PROBLEM STATEMENT: Go through the records underneath and count the lines that include the string "extrude". Give nothing but the number.

(Dataset entries)
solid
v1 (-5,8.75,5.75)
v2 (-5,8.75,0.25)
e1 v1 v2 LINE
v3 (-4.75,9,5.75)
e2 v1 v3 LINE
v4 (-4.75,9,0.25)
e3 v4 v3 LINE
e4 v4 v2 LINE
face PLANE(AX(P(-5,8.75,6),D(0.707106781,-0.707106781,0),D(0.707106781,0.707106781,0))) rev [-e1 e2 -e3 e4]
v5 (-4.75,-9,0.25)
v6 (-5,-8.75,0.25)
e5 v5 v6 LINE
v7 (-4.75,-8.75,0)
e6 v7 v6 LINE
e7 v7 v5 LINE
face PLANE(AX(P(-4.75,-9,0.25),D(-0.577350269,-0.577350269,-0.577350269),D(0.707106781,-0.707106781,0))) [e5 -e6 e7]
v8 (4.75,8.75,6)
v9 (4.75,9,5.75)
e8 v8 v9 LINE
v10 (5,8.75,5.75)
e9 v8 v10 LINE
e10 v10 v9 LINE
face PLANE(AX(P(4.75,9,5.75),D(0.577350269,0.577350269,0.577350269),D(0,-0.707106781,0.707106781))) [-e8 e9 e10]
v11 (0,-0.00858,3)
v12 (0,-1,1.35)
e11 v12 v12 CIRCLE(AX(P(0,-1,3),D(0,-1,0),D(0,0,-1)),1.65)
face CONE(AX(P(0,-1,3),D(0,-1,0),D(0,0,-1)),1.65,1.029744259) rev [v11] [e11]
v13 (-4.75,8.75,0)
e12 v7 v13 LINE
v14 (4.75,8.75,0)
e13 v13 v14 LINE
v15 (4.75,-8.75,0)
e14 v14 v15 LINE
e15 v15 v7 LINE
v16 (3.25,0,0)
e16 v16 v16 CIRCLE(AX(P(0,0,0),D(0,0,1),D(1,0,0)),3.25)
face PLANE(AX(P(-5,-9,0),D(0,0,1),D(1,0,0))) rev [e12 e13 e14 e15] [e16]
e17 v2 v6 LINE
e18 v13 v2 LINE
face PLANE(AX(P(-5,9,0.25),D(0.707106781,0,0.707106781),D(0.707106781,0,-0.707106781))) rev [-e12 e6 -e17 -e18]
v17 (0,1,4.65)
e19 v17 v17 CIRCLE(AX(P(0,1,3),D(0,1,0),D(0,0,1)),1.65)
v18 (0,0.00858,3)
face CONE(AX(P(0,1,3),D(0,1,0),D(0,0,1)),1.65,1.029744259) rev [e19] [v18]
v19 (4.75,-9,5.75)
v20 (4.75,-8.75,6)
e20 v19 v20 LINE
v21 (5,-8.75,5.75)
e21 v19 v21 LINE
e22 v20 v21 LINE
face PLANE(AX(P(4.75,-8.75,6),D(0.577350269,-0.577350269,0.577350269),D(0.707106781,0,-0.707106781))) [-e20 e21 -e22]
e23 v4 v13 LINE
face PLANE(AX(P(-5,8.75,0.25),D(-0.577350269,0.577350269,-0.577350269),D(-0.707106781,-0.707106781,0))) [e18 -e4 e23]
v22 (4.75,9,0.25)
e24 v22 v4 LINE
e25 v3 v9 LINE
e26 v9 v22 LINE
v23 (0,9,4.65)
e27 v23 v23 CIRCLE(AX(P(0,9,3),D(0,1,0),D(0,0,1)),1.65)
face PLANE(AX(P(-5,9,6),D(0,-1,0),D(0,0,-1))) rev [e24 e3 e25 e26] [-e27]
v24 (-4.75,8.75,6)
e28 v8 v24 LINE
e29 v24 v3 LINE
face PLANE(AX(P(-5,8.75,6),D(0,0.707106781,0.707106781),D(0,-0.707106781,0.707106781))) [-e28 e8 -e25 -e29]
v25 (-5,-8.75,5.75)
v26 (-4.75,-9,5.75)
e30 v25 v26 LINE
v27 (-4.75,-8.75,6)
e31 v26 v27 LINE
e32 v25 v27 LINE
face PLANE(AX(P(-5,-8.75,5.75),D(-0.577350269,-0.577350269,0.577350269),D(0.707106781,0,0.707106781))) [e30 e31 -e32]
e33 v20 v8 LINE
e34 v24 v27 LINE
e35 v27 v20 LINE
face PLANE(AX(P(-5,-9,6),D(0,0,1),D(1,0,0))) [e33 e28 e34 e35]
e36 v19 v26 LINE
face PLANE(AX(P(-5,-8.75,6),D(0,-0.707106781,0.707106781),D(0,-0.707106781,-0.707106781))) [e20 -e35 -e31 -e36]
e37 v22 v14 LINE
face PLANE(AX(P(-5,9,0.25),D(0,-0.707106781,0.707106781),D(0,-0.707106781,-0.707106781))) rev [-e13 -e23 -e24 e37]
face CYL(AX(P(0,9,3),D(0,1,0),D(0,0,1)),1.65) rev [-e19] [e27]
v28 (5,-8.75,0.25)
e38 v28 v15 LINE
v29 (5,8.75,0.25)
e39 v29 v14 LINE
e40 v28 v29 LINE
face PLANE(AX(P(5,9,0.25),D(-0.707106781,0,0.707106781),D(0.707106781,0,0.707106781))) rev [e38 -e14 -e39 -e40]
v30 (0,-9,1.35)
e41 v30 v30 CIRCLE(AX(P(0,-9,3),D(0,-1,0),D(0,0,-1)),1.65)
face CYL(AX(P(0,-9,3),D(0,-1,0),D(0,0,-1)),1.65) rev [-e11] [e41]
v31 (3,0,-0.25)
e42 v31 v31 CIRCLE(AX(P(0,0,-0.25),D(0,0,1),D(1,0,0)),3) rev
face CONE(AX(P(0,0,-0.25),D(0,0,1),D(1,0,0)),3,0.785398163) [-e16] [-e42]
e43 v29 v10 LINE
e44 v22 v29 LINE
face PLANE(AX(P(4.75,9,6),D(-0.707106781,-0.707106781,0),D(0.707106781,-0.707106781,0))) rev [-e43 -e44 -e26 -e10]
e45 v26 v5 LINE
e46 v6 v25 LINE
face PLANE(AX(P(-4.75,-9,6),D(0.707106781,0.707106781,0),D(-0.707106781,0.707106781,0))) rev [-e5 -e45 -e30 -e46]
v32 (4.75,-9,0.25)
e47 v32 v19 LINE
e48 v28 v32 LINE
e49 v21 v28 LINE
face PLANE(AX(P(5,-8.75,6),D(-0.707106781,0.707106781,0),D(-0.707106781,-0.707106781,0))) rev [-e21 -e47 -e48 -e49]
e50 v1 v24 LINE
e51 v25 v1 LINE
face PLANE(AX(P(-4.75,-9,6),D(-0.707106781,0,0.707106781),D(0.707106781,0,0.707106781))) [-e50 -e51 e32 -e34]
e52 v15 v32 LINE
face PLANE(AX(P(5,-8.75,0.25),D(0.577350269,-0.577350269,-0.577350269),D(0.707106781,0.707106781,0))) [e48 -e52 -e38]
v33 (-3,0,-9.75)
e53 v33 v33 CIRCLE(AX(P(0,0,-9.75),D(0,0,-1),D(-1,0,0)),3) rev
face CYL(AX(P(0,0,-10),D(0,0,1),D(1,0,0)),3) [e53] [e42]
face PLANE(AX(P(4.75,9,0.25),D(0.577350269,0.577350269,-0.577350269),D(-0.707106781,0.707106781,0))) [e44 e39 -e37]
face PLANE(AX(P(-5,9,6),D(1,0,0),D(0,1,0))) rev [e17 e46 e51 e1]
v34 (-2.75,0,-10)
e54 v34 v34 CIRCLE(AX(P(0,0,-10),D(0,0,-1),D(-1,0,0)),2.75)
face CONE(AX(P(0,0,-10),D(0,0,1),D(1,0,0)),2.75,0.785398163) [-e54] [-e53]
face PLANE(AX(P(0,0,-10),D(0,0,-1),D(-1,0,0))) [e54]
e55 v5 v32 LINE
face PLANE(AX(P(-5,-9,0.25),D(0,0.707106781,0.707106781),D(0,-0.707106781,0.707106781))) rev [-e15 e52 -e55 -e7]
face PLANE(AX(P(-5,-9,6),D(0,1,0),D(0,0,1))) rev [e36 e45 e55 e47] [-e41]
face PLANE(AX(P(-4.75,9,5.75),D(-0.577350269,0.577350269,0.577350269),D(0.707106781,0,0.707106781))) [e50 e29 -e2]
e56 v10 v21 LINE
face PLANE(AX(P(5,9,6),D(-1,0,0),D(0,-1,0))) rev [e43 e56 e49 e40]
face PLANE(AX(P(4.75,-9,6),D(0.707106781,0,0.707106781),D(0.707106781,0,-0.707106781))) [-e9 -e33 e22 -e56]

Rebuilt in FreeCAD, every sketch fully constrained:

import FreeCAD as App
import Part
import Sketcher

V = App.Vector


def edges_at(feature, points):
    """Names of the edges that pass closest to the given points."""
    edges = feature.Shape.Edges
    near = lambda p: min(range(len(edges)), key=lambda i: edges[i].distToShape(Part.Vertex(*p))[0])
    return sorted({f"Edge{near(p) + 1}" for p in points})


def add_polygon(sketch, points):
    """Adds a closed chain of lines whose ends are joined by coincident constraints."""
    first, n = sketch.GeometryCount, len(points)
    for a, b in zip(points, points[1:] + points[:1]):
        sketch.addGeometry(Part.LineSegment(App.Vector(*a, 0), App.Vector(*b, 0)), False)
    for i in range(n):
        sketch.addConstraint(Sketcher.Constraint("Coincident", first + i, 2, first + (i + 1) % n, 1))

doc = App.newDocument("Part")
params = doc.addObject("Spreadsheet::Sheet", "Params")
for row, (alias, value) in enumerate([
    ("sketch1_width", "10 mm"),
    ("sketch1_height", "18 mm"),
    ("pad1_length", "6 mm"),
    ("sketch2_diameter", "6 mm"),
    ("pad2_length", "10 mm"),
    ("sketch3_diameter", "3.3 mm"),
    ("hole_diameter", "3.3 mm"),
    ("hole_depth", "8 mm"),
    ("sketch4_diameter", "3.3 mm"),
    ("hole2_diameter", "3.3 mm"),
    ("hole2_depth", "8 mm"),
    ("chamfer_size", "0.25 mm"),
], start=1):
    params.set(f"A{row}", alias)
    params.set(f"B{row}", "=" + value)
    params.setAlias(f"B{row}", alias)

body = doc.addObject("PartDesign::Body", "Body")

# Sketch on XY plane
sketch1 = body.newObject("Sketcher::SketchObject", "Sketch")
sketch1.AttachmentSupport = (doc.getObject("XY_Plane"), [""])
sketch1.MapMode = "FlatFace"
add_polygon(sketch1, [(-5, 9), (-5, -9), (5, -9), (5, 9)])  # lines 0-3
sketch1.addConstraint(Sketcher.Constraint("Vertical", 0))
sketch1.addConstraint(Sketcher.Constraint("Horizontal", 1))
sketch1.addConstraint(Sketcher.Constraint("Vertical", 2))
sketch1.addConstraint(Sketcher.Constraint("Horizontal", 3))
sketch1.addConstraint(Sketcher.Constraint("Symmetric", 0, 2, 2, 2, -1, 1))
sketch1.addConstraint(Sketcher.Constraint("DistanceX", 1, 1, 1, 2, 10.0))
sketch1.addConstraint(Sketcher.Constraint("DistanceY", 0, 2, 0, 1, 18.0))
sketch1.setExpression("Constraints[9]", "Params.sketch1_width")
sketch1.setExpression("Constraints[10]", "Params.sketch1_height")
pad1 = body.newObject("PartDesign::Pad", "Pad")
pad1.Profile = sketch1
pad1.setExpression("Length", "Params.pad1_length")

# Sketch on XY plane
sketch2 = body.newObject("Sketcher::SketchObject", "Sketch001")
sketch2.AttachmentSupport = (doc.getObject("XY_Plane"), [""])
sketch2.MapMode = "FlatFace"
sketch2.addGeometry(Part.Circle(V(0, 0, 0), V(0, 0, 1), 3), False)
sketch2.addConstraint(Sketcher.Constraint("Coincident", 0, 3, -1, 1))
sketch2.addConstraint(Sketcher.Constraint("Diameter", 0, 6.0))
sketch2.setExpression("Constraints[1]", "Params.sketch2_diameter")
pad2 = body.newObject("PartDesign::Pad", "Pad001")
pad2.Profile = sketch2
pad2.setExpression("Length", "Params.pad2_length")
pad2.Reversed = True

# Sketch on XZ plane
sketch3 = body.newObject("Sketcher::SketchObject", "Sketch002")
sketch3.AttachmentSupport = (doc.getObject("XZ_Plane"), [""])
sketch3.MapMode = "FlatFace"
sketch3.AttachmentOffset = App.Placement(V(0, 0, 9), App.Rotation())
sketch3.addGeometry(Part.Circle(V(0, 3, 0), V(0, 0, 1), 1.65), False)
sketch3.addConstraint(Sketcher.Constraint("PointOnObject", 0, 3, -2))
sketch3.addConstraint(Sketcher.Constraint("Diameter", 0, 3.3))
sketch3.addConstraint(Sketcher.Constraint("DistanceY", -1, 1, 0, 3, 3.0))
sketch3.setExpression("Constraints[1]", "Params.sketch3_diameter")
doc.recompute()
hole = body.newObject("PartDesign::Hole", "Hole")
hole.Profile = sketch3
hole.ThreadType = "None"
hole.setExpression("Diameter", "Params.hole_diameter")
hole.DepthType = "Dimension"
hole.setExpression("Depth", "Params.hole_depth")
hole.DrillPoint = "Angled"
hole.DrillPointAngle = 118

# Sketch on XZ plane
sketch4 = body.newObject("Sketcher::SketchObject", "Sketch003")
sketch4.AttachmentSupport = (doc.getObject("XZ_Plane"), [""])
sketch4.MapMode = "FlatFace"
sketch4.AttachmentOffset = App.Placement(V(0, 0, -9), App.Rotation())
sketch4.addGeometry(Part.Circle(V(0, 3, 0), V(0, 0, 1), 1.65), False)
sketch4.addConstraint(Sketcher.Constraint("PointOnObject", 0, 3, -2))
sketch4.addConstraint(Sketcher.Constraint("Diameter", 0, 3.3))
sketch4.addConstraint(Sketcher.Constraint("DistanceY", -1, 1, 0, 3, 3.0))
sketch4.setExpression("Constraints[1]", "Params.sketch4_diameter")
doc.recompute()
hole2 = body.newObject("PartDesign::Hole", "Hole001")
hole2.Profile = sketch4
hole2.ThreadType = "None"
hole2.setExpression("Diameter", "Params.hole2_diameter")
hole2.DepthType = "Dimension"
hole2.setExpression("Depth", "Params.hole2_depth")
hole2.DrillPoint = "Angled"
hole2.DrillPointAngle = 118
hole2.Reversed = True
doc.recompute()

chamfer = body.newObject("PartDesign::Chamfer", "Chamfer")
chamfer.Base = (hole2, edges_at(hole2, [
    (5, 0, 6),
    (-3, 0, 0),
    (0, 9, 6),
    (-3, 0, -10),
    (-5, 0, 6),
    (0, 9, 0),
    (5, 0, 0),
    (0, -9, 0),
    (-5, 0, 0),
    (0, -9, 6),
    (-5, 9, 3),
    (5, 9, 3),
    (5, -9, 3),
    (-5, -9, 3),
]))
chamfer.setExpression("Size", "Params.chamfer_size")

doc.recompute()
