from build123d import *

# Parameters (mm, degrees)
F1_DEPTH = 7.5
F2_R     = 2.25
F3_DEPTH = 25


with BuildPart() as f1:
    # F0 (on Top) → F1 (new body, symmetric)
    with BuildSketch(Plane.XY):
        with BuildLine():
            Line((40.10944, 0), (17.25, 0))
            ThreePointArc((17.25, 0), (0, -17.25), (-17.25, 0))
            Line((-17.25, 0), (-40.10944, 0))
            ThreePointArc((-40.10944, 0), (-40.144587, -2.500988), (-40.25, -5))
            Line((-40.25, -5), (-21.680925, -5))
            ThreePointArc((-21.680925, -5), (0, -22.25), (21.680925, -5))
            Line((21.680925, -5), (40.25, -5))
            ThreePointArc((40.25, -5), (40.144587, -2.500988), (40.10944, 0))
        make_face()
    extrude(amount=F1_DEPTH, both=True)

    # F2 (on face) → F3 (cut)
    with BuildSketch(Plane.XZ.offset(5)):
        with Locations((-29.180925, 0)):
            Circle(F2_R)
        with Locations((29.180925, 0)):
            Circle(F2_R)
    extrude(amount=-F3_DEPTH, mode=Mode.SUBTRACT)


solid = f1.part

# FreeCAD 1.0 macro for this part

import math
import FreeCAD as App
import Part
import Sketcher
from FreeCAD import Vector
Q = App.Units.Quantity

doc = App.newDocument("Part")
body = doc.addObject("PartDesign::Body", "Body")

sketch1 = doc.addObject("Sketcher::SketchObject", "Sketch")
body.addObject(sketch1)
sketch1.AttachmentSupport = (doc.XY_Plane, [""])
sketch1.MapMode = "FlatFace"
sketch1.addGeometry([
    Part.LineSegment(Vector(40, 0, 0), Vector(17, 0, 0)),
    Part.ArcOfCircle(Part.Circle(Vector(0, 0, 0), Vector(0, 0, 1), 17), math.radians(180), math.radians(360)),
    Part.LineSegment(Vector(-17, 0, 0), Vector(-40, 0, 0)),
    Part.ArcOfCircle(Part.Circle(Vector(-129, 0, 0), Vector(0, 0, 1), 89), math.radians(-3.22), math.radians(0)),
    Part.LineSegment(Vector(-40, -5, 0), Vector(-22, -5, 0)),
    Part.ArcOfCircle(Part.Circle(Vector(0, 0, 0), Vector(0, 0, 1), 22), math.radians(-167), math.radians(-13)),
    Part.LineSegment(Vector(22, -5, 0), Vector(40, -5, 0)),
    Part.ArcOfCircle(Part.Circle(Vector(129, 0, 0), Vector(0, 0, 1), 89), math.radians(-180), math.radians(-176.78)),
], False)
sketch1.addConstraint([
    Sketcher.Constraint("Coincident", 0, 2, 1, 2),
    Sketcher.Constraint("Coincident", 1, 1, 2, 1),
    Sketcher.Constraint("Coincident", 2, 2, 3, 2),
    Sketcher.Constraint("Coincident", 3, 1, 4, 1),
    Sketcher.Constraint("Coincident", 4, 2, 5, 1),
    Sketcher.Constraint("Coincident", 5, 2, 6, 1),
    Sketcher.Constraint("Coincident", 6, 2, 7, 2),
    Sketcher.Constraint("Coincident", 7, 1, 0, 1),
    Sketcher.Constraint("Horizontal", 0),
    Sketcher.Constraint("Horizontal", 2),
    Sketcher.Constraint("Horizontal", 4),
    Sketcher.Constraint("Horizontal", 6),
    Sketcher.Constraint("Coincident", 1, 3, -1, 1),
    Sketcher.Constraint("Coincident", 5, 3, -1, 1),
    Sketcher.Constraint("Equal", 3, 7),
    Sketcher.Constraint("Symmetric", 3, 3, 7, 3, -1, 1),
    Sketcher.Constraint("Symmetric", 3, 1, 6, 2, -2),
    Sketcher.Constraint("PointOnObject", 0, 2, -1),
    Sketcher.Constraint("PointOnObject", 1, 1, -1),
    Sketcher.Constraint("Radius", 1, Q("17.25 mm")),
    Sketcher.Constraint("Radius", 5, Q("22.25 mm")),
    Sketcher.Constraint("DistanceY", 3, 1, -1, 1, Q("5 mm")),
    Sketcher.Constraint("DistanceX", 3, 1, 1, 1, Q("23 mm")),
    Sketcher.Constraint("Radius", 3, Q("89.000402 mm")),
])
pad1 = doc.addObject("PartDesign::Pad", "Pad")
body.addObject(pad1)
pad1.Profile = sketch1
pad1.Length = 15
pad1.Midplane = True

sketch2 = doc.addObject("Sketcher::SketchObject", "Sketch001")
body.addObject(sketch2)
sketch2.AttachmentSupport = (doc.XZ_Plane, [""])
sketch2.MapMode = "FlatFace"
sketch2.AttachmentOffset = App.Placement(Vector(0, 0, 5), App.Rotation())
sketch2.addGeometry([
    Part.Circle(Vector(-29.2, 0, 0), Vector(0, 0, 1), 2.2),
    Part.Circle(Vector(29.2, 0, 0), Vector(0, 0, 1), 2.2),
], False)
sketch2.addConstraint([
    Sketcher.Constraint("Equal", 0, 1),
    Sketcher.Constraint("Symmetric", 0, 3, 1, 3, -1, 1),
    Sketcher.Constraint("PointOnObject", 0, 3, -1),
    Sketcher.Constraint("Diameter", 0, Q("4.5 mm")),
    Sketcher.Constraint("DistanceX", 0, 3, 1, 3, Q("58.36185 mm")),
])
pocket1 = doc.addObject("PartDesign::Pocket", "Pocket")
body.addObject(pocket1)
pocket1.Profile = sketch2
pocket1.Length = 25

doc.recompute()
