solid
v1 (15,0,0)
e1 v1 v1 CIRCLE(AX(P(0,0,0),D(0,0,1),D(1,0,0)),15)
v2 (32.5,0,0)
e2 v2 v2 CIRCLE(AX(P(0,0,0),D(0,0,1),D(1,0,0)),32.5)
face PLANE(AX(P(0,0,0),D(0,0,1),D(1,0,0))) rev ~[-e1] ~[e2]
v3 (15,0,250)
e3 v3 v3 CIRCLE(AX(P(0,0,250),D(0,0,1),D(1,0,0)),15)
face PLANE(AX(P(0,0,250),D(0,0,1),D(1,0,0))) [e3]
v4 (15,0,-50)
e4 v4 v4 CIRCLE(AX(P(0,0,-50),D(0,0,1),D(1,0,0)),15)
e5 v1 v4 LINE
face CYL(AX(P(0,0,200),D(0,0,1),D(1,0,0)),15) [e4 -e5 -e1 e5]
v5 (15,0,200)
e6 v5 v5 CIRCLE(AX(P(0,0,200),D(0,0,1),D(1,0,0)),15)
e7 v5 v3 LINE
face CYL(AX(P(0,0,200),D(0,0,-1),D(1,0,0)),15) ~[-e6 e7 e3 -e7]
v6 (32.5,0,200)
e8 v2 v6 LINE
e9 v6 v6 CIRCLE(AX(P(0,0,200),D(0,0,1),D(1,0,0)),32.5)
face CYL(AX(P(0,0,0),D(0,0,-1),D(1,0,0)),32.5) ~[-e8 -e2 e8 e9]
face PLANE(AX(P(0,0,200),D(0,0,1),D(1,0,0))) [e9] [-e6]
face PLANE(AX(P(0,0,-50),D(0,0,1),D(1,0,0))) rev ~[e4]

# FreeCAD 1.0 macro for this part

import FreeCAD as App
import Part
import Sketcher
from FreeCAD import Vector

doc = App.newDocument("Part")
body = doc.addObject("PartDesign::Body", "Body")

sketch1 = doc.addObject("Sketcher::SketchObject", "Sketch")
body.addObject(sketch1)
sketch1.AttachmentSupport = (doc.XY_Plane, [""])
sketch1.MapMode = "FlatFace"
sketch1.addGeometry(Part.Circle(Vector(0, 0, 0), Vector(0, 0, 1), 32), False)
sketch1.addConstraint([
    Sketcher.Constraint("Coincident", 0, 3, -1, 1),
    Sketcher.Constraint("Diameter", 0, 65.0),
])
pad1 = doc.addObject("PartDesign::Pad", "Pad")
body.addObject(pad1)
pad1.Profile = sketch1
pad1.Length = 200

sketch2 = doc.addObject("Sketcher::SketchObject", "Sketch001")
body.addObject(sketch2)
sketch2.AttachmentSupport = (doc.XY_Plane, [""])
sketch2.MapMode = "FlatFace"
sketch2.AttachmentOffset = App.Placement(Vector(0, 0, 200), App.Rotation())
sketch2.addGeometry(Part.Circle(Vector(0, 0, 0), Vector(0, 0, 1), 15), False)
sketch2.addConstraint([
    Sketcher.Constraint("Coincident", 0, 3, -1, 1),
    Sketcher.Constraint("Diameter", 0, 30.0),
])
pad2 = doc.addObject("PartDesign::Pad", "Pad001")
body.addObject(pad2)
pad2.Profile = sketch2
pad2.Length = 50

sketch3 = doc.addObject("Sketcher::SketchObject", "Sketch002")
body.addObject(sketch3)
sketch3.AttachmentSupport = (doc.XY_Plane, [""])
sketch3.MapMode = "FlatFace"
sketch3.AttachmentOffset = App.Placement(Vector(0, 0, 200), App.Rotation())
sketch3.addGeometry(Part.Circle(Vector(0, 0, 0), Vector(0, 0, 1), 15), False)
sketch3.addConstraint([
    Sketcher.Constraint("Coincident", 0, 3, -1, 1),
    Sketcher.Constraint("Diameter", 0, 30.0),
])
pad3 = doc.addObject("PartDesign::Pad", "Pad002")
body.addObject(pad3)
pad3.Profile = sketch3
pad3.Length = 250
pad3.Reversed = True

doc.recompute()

RESULT OF THE TASK: 2